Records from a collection
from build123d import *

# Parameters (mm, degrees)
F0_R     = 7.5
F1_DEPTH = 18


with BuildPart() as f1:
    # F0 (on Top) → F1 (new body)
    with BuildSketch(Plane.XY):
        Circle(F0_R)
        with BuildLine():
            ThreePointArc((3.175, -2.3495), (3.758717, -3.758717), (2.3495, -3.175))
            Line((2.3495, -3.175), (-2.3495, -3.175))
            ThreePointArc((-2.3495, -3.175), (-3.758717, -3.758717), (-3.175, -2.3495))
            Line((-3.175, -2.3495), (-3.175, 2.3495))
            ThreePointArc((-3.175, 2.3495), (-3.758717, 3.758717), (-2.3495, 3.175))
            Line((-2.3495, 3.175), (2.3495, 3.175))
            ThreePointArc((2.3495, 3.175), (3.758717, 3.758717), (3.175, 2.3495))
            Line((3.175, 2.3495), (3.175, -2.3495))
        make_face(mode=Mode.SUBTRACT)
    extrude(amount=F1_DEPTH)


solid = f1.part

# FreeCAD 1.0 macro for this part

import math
import FreeCAD as App
import Part
import Sketcher

V = App.Vector
Q = App.Units.Quantity

doc = App.newDocument("Part")
body = doc.addObject("PartDesign::Body", "Body")

# Sketch on XY plane
sketch1 = doc.addObject("Sketcher::SketchObject", "Sketch")
body.addObject(sketch1)
sketch1.AttachmentSupport = (doc.XY_Plane, [""])
sketch1.MapMode = "FlatFace"
sketch1.addGeometry([
    Part.Circle(V(0, 0, 0), V(0, 0, 1), 7.5),  # 0
    Part.LineSegment(V(3.175, 2.3495, 0), V(3.175, -2.3495, 0)),  # 1
    Part.ArcOfCircle(Part.Circle(V(3.175, -3.175, 0), V(0, 0, 1), 0.8255), math.radians(179.999986), math.radians(450.000014)),  # 2
    Part.LineSegment(V(2.3495, -3.175, 0), V(-2.3495, -3.175, 0)),  # 3
    Part.ArcOfCircle(Part.Circle(V(-3.175, -3.175, 0), V(0, 0, 1), 0.8255), math.radians(89.999986), math.radians(360.000014)),  # 4
    Part.LineSegment(V(-3.175, -2.3495, 0), V(-3.175, 2.3495, 0)),  # 5
    Part.ArcOfCircle(Part.Circle(V(-3.175, 3.175, 0), V(0, 0, 1), 0.8255), math.radians(-0.000014), math.radians(270.000014)),  # 6
    Part.LineSegment(V(-2.3495, 3.175, 0), V(2.3495, 3.175, 0)),  # 7
    Part.ArcOfCircle(Part.Circle(V(3.175, 3.175, 0), V(0, 0, 1), 0.8255), math.radians(-90.000014), math.radians(180.000014)),  # 8
], False)
sketch1.addConstraint([
    Sketcher.Constraint("Coincident", 1, 2, 2, 2),
    Sketcher.Constraint("Coincident", 2, 1, 3, 1),
    Sketcher.Constraint("Coincident", 3, 2, 4, 2),
    Sketcher.Constraint("Coincident", 4, 1, 5, 1),
    Sketcher.Constraint("Coincident", 5, 2, 6, 2),
    Sketcher.Constraint("Coincident", 6, 1, 7, 1),
    Sketcher.Constraint("Coincident", 7, 2, 8, 2),
    Sketcher.Constraint("Coincident", 8, 1, 1, 1),
    Sketcher.Constraint("Vertical", 1),
    Sketcher.Constraint("Horizontal", 3),
    Sketcher.Constraint("Vertical", 5),
    Sketcher.Constraint("Horizontal", 7),
    Sketcher.Constraint("Coincident", 0, 3, -1, 1),
    Sketcher.Constraint("Equal", 2, 4),
    Sketcher.Constraint("Equal", 4, 6),
    Sketcher.Constraint("Equal", 6, 8),
    Sketcher.Constraint("Symmetric", 2, 3, 6, 3, -1, 1),
    Sketcher.Constraint("Symmetric", 4, 3, 8, 3, -1, 1),
    Sketcher.Constraint("Symmetric", 2, 3, 4, 3, -2),
    Sketcher.Constraint("Horizontal", 4, 3, 2, 1),
    Sketcher.Constraint("Horizontal", 8, 3, 6, 1),
    Sketcher.Constraint("Vertical", 8, 3, 1, 2),
    Sketcher.Constraint("Vertical", 6, 3, 4, 1),
    Sketcher.Constraint("Equal", 7, 1),
    Sketcher.Constraint("Diameter", 0, Q("15 mm")),
    Sketcher.Constraint("Radius", 2, Q("0.8255 mm")),
    Sketcher.Constraint("DistanceX", 3, 2, 3, 1, Q("4.699 mm")),
])
pad1 = doc.addObject("PartDesign::Pad", "Pad")
body.addObject(pad1)
pad1.Profile = sketch1
pad1.Length = 18

doc.recompute()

__What is required__.
Retype only the stretch of lines above starting at the one with "-3.758717), (-3.175, -2.3495))" and stopping at the one with "# FreeCAD 1.0 macro for this part", exactly as written, with both kept.

__Your response__.
            ThreePointArc((-2.3495, -3.175), (-3.758717, -3.758717), (-3.175, -2.3495))
            Line((-3.175, -2.3495), (-3.175, 2.3495))
            ThreePointArc((-3.175, 2.3495), (-3.758717, 3.758717), (-2.3495, 3.175))
            Line((-2.3495, 3.175), (2.3495, 3.175))
            ThreePointArc((2.3495, 3.175), (3.758717, 3.758717), (3.175, 2.3495))
            Line((3.175, 2.3495), (3.175, -2.3495))
        make_face(mode=Mode.SUBTRACT)
    extrude(amount=F1_DEPTH)


solid = f1.part

# FreeCAD 1.0 macro for this part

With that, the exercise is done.